• _Required action_: Copy every line of the entries that includes the word "projected".

● ● ● ● ●

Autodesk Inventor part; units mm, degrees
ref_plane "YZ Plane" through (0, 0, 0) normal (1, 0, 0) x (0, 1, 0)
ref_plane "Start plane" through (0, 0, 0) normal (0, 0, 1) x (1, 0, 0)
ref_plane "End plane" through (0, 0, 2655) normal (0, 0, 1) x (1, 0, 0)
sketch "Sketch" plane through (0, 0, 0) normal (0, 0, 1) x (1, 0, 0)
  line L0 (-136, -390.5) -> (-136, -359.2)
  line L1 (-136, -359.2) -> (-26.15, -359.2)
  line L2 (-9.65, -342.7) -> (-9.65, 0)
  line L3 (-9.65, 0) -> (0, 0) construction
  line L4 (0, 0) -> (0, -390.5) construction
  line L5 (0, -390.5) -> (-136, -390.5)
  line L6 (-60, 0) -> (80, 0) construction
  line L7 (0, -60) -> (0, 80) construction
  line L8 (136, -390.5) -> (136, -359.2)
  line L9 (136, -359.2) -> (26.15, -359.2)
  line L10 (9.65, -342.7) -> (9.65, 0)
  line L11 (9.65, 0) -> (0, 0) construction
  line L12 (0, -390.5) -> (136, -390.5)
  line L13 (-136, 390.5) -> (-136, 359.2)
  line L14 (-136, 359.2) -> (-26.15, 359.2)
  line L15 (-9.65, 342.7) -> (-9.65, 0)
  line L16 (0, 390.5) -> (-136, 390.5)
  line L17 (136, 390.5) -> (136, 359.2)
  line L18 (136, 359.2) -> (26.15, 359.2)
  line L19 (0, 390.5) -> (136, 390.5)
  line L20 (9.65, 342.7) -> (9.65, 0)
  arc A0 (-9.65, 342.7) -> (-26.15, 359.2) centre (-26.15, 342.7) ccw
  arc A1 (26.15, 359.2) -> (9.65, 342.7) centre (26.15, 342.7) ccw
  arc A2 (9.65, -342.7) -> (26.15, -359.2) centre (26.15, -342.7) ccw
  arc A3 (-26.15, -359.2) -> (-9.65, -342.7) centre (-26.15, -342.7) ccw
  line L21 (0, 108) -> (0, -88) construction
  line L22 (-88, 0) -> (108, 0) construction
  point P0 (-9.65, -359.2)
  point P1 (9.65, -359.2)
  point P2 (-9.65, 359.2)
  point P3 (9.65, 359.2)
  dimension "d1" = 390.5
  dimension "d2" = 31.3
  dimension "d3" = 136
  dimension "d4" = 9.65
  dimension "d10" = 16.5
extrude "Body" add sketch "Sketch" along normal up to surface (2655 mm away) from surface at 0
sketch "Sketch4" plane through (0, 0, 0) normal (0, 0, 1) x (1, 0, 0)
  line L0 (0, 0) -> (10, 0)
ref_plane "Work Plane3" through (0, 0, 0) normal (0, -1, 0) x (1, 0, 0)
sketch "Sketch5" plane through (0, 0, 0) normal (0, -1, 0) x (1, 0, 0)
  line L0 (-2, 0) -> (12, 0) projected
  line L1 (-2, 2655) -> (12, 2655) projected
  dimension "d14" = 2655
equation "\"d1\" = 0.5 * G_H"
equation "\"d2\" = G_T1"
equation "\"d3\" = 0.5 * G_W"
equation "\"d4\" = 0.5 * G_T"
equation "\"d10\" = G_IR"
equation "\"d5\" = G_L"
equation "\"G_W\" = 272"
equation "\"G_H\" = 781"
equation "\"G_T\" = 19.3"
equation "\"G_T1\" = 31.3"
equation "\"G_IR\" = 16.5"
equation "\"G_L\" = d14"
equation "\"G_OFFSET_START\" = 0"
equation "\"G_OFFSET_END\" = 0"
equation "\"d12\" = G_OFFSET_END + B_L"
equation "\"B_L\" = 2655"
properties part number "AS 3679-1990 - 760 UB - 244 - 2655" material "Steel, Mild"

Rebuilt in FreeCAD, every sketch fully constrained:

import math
import FreeCAD as App
import Part
import Sketcher
Q = App.Units.Quantity

doc = App.newDocument("Part")
body = doc.addObject("PartDesign::Body", "Body")

sketch1 = body.newObject("Sketcher::SketchObject", "Sketch")
sketch1.AttachmentSupport = (doc.getObject("XY_Plane"), [""])
sketch1.MapMode = "FlatFace"
sketch1.addGeometry([
    Part.LineSegment(App.Vector(-136, -359, 0), App.Vector(-136, -390, 0)),
    Part.LineSegment(App.Vector(-136, -390, 0), App.Vector(136, -390, 0)),
    Part.LineSegment(App.Vector(136, -390, 0), App.Vector(136, -359, 0)),
    Part.LineSegment(App.Vector(136, -359, 0), App.Vector(26, -359, 0)),
    Part.ArcOfCircle(Part.Circle(App.Vector(26, -343, 0), App.Vector(0, 0, 1), 16), math.radians(180), math.radians(270)),
    Part.LineSegment(App.Vector(10, -343, 0), App.Vector(10, 343, 0)),
    Part.ArcOfCircle(Part.Circle(App.Vector(26, 343, 0), App.Vector(0, 0, 1), 16), math.radians(90), math.radians(180)),
    Part.LineSegment(App.Vector(26, 359, 0), App.Vector(136, 359, 0)),
    Part.LineSegment(App.Vector(136, 359, 0), App.Vector(136, 390, 0)),
    Part.LineSegment(App.Vector(136, 390, 0), App.Vector(-136, 390, 0)),
    Part.LineSegment(App.Vector(-136, 390, 0), App.Vector(-136, 359, 0)),
    Part.LineSegment(App.Vector(-136, 359, 0), App.Vector(-26, 359, 0)),
    Part.ArcOfCircle(Part.Circle(App.Vector(-26, 343, 0), App.Vector(0, 0, 1), 16), math.radians(0), math.radians(90)),
    Part.LineSegment(App.Vector(-10, 343, 0), App.Vector(-10, -343, 0)),
    Part.ArcOfCircle(Part.Circle(App.Vector(-26, -343, 0), App.Vector(0, 0, 1), 16), math.radians(-90), math.radians(0)),
    Part.LineSegment(App.Vector(-26, -359, 0), App.Vector(-136, -359, 0)),
], False)
sketch1.addConstraint([
    Sketcher.Constraint("Coincident", 0, 2, 1, 1),
    Sketcher.Constraint("Coincident", 1, 2, 2, 1),
    Sketcher.Constraint("Coincident", 2, 2, 3, 1),
    Sketcher.Constraint("Tangent", 3, 2, 4, 2),
    Sketcher.Constraint("Tangent", 4, 1, 5, 1),
    Sketcher.Constraint("Tangent", 5, 2, 6, 2),
    Sketcher.Constraint("Tangent", 6, 1, 7, 1),
    Sketcher.Constraint("Coincident", 7, 2, 8, 1),
    Sketcher.Constraint("Coincident", 8, 2, 9, 1),
    Sketcher.Constraint("Coincident", 9, 2, 10, 1),
    Sketcher.Constraint("Coincident", 10, 2, 11, 1),
    Sketcher.Constraint("Tangent", 11, 2, 12, 2),
    Sketcher.Constraint("Tangent", 12, 1, 13, 1),
    Sketcher.Constraint("Tangent", 13, 2, 14, 2),
    Sketcher.Constraint("Tangent", 14, 1, 15, 1),
    Sketcher.Constraint("Coincident", 15, 2, 0, 1),
    Sketcher.Constraint("Vertical", 0),
    Sketcher.Constraint("Horizontal", 1),
    Sketcher.Constraint("Vertical", 2),
    Sketcher.Constraint("Horizontal", 3),
    Sketcher.Constraint("Vertical", 5),
    Sketcher.Constraint("Horizontal", 7),
    Sketcher.Constraint("Vertical", 8),
    Sketcher.Constraint("Horizontal", 9),
    Sketcher.Constraint("Vertical", 10),
    Sketcher.Constraint("Horizontal", 11),
    Sketcher.Constraint("Vertical", 13),
    Sketcher.Constraint("Horizontal", 15),
    Sketcher.Constraint("Equal", 4, 6),
    Sketcher.Constraint("Equal", 6, 12),
    Sketcher.Constraint("Equal", 12, 14),
    Sketcher.Constraint("Symmetric", 4, 3, 12, 3, -1, 1),
    Sketcher.Constraint("Symmetric", 0, 2, 8, 2, -1, 1),
    Sketcher.Constraint("Symmetric", 7, 2, 10, 2, -2),
    Sketcher.Constraint("Symmetric", 2, 2, 15, 2, -2),
    Sketcher.Constraint("Radius", 4, Q("16.5 mm")),
    Sketcher.Constraint("DistanceY", 0, 2, 0, 1, Q("31.3 mm")),
    Sketcher.Constraint("DistanceX", 0, 2, -1, 1, Q("136 mm")),
    Sketcher.Constraint("DistanceY", 0, 2, -1, 1, Q("390.5 mm")),
    Sketcher.Constraint("DistanceX", -1, 1, 4, 1, Q("9.65 mm")),
])
pad1 = body.newObject("PartDesign::Pad", "Pad")
pad1.Profile = sketch1
pad1.Length = 2655

doc.recompute()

● ● ● ● ●

• _Response box_:
  line L0 (-2, 0) -> (12, 0) projected
  line L1 (-2, 2655) -> (12, 2655) projected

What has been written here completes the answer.